A velha de dentro é imortal, enquanto o universo agoniza ao respirar. Corcova ao peso de séculos.
Nada me corteja que não seja a luz listrada sob a areia ereta que aceita sua força movediça.
Espírito da Floresta
Pessoas retornam ao estágio selvagem, mas com irritante e civilizada inaptidão adquirida. Enrolada no ovo, estico os nervos ao sol, junto aos gatos. Observo pela casca raiada e translúcida. Vejo através dos poros da camada anestésica e protetora. Mãos geladas, coração acalorado. Ao invés de usar a força orgânica da voz, a multidão abaixo balbucia súplicas e comandos inúteis pelos megafones. Não entendem que as palavras têm poder rebelde e que são feitas delas, naturalmente. Quase meio dos dias.

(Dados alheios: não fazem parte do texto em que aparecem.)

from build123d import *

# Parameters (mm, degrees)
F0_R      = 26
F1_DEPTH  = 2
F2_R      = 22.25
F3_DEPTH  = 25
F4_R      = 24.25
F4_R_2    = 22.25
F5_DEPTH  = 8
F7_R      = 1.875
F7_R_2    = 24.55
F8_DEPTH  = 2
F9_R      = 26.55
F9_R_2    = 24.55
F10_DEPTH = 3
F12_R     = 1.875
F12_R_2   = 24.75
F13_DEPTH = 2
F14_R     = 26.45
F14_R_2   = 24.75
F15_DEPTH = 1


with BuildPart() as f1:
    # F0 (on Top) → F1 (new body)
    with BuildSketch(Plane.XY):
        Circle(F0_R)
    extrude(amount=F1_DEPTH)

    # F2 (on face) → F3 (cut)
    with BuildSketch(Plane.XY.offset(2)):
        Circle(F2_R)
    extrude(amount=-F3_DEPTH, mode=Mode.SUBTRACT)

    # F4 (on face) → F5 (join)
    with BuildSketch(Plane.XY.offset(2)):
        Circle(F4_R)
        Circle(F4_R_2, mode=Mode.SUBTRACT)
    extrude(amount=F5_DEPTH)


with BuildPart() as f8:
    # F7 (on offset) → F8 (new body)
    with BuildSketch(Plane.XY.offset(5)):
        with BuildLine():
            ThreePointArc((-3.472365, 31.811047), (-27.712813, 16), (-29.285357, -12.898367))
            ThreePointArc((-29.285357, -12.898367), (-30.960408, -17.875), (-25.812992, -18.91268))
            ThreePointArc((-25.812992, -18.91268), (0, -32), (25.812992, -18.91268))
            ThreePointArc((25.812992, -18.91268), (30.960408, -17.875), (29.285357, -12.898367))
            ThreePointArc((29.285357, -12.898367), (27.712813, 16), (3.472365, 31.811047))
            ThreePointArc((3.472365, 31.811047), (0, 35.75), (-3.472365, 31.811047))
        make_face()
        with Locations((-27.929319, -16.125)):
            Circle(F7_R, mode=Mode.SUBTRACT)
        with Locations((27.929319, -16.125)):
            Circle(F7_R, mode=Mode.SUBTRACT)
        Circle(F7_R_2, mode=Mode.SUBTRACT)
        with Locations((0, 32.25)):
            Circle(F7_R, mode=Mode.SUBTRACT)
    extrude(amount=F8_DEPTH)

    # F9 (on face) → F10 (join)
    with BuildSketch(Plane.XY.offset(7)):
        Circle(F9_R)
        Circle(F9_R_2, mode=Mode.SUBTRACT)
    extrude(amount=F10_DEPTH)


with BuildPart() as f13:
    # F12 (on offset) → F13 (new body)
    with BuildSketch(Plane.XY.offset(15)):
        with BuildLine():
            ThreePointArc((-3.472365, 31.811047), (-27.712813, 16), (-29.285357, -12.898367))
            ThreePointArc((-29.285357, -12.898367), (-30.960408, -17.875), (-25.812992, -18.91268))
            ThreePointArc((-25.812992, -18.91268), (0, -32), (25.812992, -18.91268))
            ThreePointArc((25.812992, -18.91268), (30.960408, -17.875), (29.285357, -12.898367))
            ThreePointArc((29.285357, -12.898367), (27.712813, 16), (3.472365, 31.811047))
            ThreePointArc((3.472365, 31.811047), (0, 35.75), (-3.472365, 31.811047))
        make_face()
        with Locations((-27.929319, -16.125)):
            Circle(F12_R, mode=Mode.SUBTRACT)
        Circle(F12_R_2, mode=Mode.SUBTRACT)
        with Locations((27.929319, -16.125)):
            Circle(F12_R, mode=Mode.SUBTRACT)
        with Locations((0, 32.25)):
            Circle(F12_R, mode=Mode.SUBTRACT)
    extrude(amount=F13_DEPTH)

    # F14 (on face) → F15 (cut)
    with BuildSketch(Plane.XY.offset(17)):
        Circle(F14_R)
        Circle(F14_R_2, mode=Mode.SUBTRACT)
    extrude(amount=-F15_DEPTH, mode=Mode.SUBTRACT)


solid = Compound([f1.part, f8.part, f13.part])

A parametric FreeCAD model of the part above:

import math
import FreeCAD as App
import Part
import Sketcher

doc = App.newDocument("Part")
body = doc.addObject("PartDesign::Body", "Body")

# Sketch on XY plane
sketch1 = body.newObject("Sketcher::SketchObject", "Sketch")
sketch1.AttachmentSupport = (doc.getObject("XY_Plane"), [""])
sketch1.MapMode = "FlatFace"
sketch1.addGeometry(Part.Circle(App.Vector(0, 0, 0), App.Vector(0, 0, 1), 26), False)
sketch1.addConstraint([
    Sketcher.Constraint("Coincident", 0, 3, -1, 1),
    Sketcher.Constraint("Diameter", 0, 52.0),
])
pad1 = body.newObject("PartDesign::Pad", "Pad")
pad1.Profile = sketch1
pad1.Length = 2

# Sketch on XY plane
sketch2 = body.newObject("Sketcher::SketchObject", "Sketch001")
sketch2.AttachmentSupport = (doc.getObject("XY_Plane"), [""])
sketch2.MapMode = "FlatFace"
sketch2.AttachmentOffset = App.Placement(App.Vector(0, 0, 2), App.Rotation())
sketch2.addGeometry(Part.Circle(App.Vector(0, 0, 0), App.Vector(0, 0, 1), 22.25), False)
sketch2.addConstraint([
    Sketcher.Constraint("Coincident", 0, 3, -1, 1),
    Sketcher.Constraint("Diameter", 0, 44.5),
])
pocket1 = body.newObject("PartDesign::Pocket", "Pocket")
pocket1.Profile = sketch2
pocket1.Length = 25

# Sketch on XY plane
sketch3 = body.newObject("Sketcher::SketchObject", "Sketch002")
sketch3.AttachmentSupport = (doc.getObject("XY_Plane"), [""])
sketch3.MapMode = "FlatFace"
sketch3.AttachmentOffset = App.Placement(App.Vector(0, 0, 2), App.Rotation())
sketch3.addGeometry([
    Part.Circle(App.Vector(0, 0, 0), App.Vector(0, 0, 1), 24.25),
    Part.Circle(App.Vector(0, 0, 0), App.Vector(0, 0, 1), 22.25),
], False)
sketch3.addConstraint([
    Sketcher.Constraint("Coincident", 0, 3, -1, 1),
    Sketcher.Constraint("Coincident", 1, 3, -1, 1),
    Sketcher.Constraint("Diameter", 0, 48.5),
    Sketcher.Constraint("Diameter", 1, 44.5),
])
pad2 = body.newObject("PartDesign::Pad", "Pad001")
pad2.Profile = sketch3
pad2.Length = 8
body2 = doc.addObject("PartDesign::Body", "Body001")

# Sketch on XY plane
sketch4 = body2.newObject("Sketcher::SketchObject", "Sketch003")
sketch4.AttachmentSupport = (doc.getObject("XY_Plane001"), [""])
sketch4.MapMode = "FlatFace"
sketch4.AttachmentOffset = App.Placement(App.Vector(0, 0, 5), App.Rotation())
sketch4.addGeometry([
    Part.ArcOfCircle(Part.Circle(App.Vector(0.000001, 0, 0), App.Vector(0, 0, 1), 32.000001), math.radians(96.229513), math.radians(203.770488)),  # 0
    Part.ArcOfCircle(Part.Circle(App.Vector(-27.929319, -16.125, 0), App.Vector(0, 0, 1), 3.5), math.radians(112.795265), math.radians(307.204731)),  # 1
    Part.ArcOfCircle(Part.Circle(App.Vector(0, 0.000001, 0), App.Vector(0, 0, 1), 32.000001), math.radians(-143.770487), math.radians(-36.229513)),  # 2
    Part.ArcOfCircle(Part.Circle(App.Vector(27.929319, -16.125, 0), App.Vector(0, 0, 1), 3.5), math.radians(-127.204731), math.radians(67.204735)),  # 3
    Part.ArcOfCircle(Part.Circle(App.Vector(-0.000001, 0, 0), App.Vector(0, 0, 1), 32.000001), math.radians(-23.770488), math.radians(83.770487)),  # 4
    Part.ArcOfCircle(Part.Circle(App.Vector(0, 32.25, 0), App.Vector(0, 0, 1), 3.5), math.radians(-7.204734), math.radians(187.204734)),  # 5
    Part.Circle(App.Vector(-27.929319, -16.125, 0), App.Vector(0, 0, 1), 1.875),  # 6
    Part.Circle(App.Vector(0, 0, 0), App.Vector(0, 0, 1), 24.55),  # 7
    Part.Circle(App.Vector(27.929319, -16.125, 0), App.Vector(0, 0, 1), 1.875),  # 8
    Part.Circle(App.Vector(0, 32.25, 0), App.Vector(0, 0, 1), 1.875),  # 9
], False)
sketch4.addConstraint([
    Sketcher.Constraint("Coincident", 0, 2, 1, 1),
    Sketcher.Constraint("Coincident", 1, 2, 2, 1),
    Sketcher.Constraint("Coincident", 2, 2, 3, 1),
    Sketcher.Constraint("Coincident", 3, 2, 4, 1),
    Sketcher.Constraint("Coincident", 4, 2, 5, 1),
    Sketcher.Constraint("Coincident", 5, 2, 0, 1),
    Sketcher.Constraint("Coincident", 0, 3, -1, 1),
    Sketcher.Constraint("Coincident", 2, 3, -1, 1),
    Sketcher.Constraint("Coincident", 4, 3, -1, 1),
    Sketcher.Constraint("Coincident", 7, 3, -1, 1),
    Sketcher.Constraint("Coincident", 6, 3, 1, 3),
    Sketcher.Constraint("Coincident", 8, 3, 3, 3),
    Sketcher.Constraint("Coincident", 9, 3, 5, 3),
    Sketcher.Constraint("Equal", 0, 2),
    Sketcher.Constraint("Equal", 1, 3),
    Sketcher.Constraint("Equal", 2, 4),
    Sketcher.Constraint("Equal", 3, 5),
    Sketcher.Constraint("Equal", 6, 8),
    Sketcher.Constraint("Equal", 8, 9),
    Sketcher.Constraint("Symmetric", 1, 3, 3, 3, -2),
    Sketcher.Constraint("PointOnObject", 5, 3, -2),
    Sketcher.Constraint("Radius", 0, 32.000001),
    Sketcher.Constraint("Diameter", 7, 49.1),
    Sketcher.Constraint("Radius", 1, 3.5),
    Sketcher.Constraint("Diameter", 6, 3.75),
    Sketcher.Constraint("DistanceY", -1, 1, 5, 3, 32.25),
    Sketcher.Constraint("DistanceY", 1, 3, -1, 1, 16.125),
    Sketcher.Constraint("DistanceX", 1, 3, -1, 1, 27.929319),
])
pad3 = body2.newObject("PartDesign::Pad", "Pad002")
pad3.Profile = sketch4
pad3.Length = 2

# Sketch on XY plane
sketch5 = body2.newObject("Sketcher::SketchObject", "Sketch004")
sketch5.AttachmentSupport = (doc.getObject("XY_Plane001"), [""])
sketch5.MapMode = "FlatFace"
sketch5.AttachmentOffset = App.Placement(App.Vector(0, 0, 7), App.Rotation())
sketch5.addGeometry([
    Part.Circle(App.Vector(0, 0, 0), App.Vector(0, 0, 1), 26.55),
    Part.Circle(App.Vector(0, 0, 0), App.Vector(0, 0, 1), 24.55),
], False)
sketch5.addConstraint([
    Sketcher.Constraint("Coincident", 0, 3, -1, 1),
    Sketcher.Constraint("Coincident", 1, 3, -1, 1),
    Sketcher.Constraint("Diameter", 0, 53.1),
    Sketcher.Constraint("Diameter", 1, 49.1),
])
pad4 = body2.newObject("PartDesign::Pad", "Pad003")
pad4.Profile = sketch5
pad4.Length = 3
body3 = doc.addObject("PartDesign::Body", "Body002")

# Sketch on XY plane
sketch6 = body3.newObject("Sketcher::SketchObject", "Sketch005")
sketch6.AttachmentSupport = (doc.getObject("XY_Plane002"), [""])
sketch6.MapMode = "FlatFace"
sketch6.AttachmentOffset = App.Placement(App.Vector(0, 0, 15), App.Rotation())
sketch6.addGeometry([
    Part.ArcOfCircle(Part.Circle(App.Vector(0.000001, 0, 0), App.Vector(0, 0, 1), 32.000001), math.radians(96.229513), math.radians(203.770488)),  # 0
    Part.ArcOfCircle(Part.Circle(App.Vector(-27.929319, -16.125, 0), App.Vector(0, 0, 1), 3.5), math.radians(112.795265), math.radians(307.204731)),  # 1
    Part.ArcOfCircle(Part.Circle(App.Vector(0, 0.000001, 0), App.Vector(0, 0, 1), 32.000001), math.radians(-143.770487), math.radians(-36.229513)),  # 2
    Part.ArcOfCircle(Part.Circle(App.Vector(27.929319, -16.125, 0), App.Vector(0, 0, 1), 3.5), math.radians(-127.204731), math.radians(67.204735)),  # 3
    Part.ArcOfCircle(Part.Circle(App.Vector(-0.000001, 0, 0), App.Vector(0, 0, 1), 32.000001), math.radians(-23.770488), math.radians(83.770487)),  # 4
    Part.ArcOfCircle(Part.Circle(App.Vector(0, 32.25, 0), App.Vector(0, 0, 1), 3.5), math.radians(-7.204734), math.radians(187.204734)),  # 5
    Part.Circle(App.Vector(-27.929319, -16.125, 0), App.Vector(0, 0, 1), 1.875),  # 6
    Part.Circle(App.Vector(0, 0, 0), App.Vector(0, 0, 1), 24.75),  # 7
    Part.Circle(App.Vector(27.929319, -16.125, 0), App.Vector(0, 0, 1), 1.875),  # 8
    Part.Circle(App.Vector(0, 32.25, 0), App.Vector(0, 0, 1), 1.875),  # 9
], False)
sketch6.addConstraint([
    Sketcher.Constraint("Coincident", 0, 2, 1, 1),
    Sketcher.Constraint("Coincident", 1, 2, 2, 1),
    Sketcher.Constraint("Coincident", 2, 2, 3, 1),
    Sketcher.Constraint("Coincident", 3, 2, 4, 1),
    Sketcher.Constraint("Coincident", 4, 2, 5, 1),
    Sketcher.Constraint("Coincident", 5, 2, 0, 1),
    Sketcher.Constraint("Coincident", 0, 3, -1, 1),
    Sketcher.Constraint("Coincident", 2, 3, -1, 1),
    Sketcher.Constraint("Coincident", 4, 3, -1, 1),
    Sketcher.Constraint("Coincident", 7, 3, -1, 1),
    Sketcher.Constraint("Coincident", 6, 3, 1, 3),
    Sketcher.Constraint("Coincident", 8, 3, 3, 3),
    Sketcher.Constraint("Coincident", 9, 3, 5, 3),
    Sketcher.Constraint("Equal", 0, 2),
    Sketcher.Constraint("Equal", 1, 3),
    Sketcher.Constraint("Equal", 2, 4),
    Sketcher.Constraint("Equal", 3, 5),
    Sketcher.Constraint("Equal", 6, 8),
    Sketcher.Constraint("Equal", 8, 9),
    Sketcher.Constraint("Symmetric", 1, 3, 3, 3, -2),
    Sketcher.Constraint("PointOnObject", 5, 3, -2),
    Sketcher.Constraint("Radius", 0, 32.000001),
    Sketcher.Constraint("Diameter", 7, 49.5),
    Sketcher.Constraint("Radius", 1, 3.5),
    Sketcher.Constraint("Diameter", 6, 3.75),
    Sketcher.Constraint("DistanceY", -1, 1, 5, 3, 32.25),
    Sketcher.Constraint("DistanceY", 1, 3, -1, 1, 16.125),
    Sketcher.Constraint("DistanceX", 1, 3, -1, 1, 27.929319),
])
pad5 = body3.newObject("PartDesign::Pad", "Pad004")
pad5.Profile = sketch6
pad5.Length = 2

# Sketch on XY plane
sketch7 = body3.newObject("Sketcher::SketchObject", "Sketch006")
sketch7.AttachmentSupport = (doc.getObject("XY_Plane002"), [""])
sketch7.MapMode = "FlatFace"
sketch7.AttachmentOffset = App.Placement(App.Vector(0, 0, 17), App.Rotation())
sketch7.addGeometry([
    Part.Circle(App.Vector(0, 0, 0), App.Vector(0, 0, 1), 26.45),
    Part.Circle(App.Vector(0, 0, 0), App.Vector(0, 0, 1), 24.75),
], False)
sketch7.addConstraint([
    Sketcher.Constraint("Coincident", 0, 3, -1, 1),
    Sketcher.Constraint("Coincident", 1, 3, -1, 1),
    Sketcher.Constraint("Diameter", 0, 52.9),
    Sketcher.Constraint("Diameter", 1, 49.5),
])
pocket2 = body3.newObject("PartDesign::Pocket", "Pocket001")
pocket2.Profile = sketch7
pocket2.Length = 1

doc.recompute()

Horas de voltar a dormir para ouvir outras vozes amortecidas. Se disserem meu nome, talvez responda. Se me lembrar desse nome. Masmorra ou dinamite? Curvar-se em reverência ao sangue progressista da humanidade cívica seria pacificador. E afirmo que somente me curvo, em prece e asa abdicada, ao espírito da floresta. Não me tentam os desfiles patriotas, tão irmãos de minha autoafirmação cósmica. Há uma dor presente nesta fictícia constatação. Mas o tapete no qual escolho deslizar a mente e o coração está bordado com arabescos de bichos & bestas & bíblias escritas por poetas. O sete do sete é belo pela sugestão cabalística. Vou-me ao chão de sol desta data, apenas pela simbologia. Independência imagética ou morte.
Estereoscopistas
Os amores que nos construímos no flanar das latitudes é a simulação das corredeiras. Não é visto com a visão comum. Não é compreendido pelos olhos que não cavalgam os ventos do espelho. São teoremas de acaso atravessando a noite dos desconhecidos, enquanto esquinas de frases prateadas doam sonhos para o coração do labirinto. O estar que começou a existir quando nos encontramos confere tonalidades estranhas para as palavras recitadas no templo de Kali Durga. Lembram o som de passos submarinos, léguas percorridas em canais subterrâneos, gelo seco em pistas de dança. Cada presença que se situa em nosso âmbito perceptivo, uma anêmona, um anagrama, um corpo aquecido, um cálice, uma vertente, nos comunica. Estamos distantes. Não permanecemos no mesmo aposento, na mesma viela, na mesma placenta. Embora tenhamos conquistado o mesmo cântaro a ser preenchido, não bebemos da mesma saliva. O tempo e o espaço. O escoar do êxtase pelo martírio das avenidas. Para onde poderíamos caminhar, senão pelo bizarro das poesias sem destinatários? Respiramos emprestando títulos, rotulando cataclismos, ofertando sangrias imaginárias. Escrevendo no pigmento branco na face de um deus hindu dançarino. Escrevendo para esta dimensão que arrasta a letra do papel para a atmosfera em revoadas de valsas mascaradas. Escrevendo no vocábulo que esfarela o não.
E negando, por paralaxe, por catarse, para não agonizar pelas portas ruidosas que se abrem nas linhas da mão.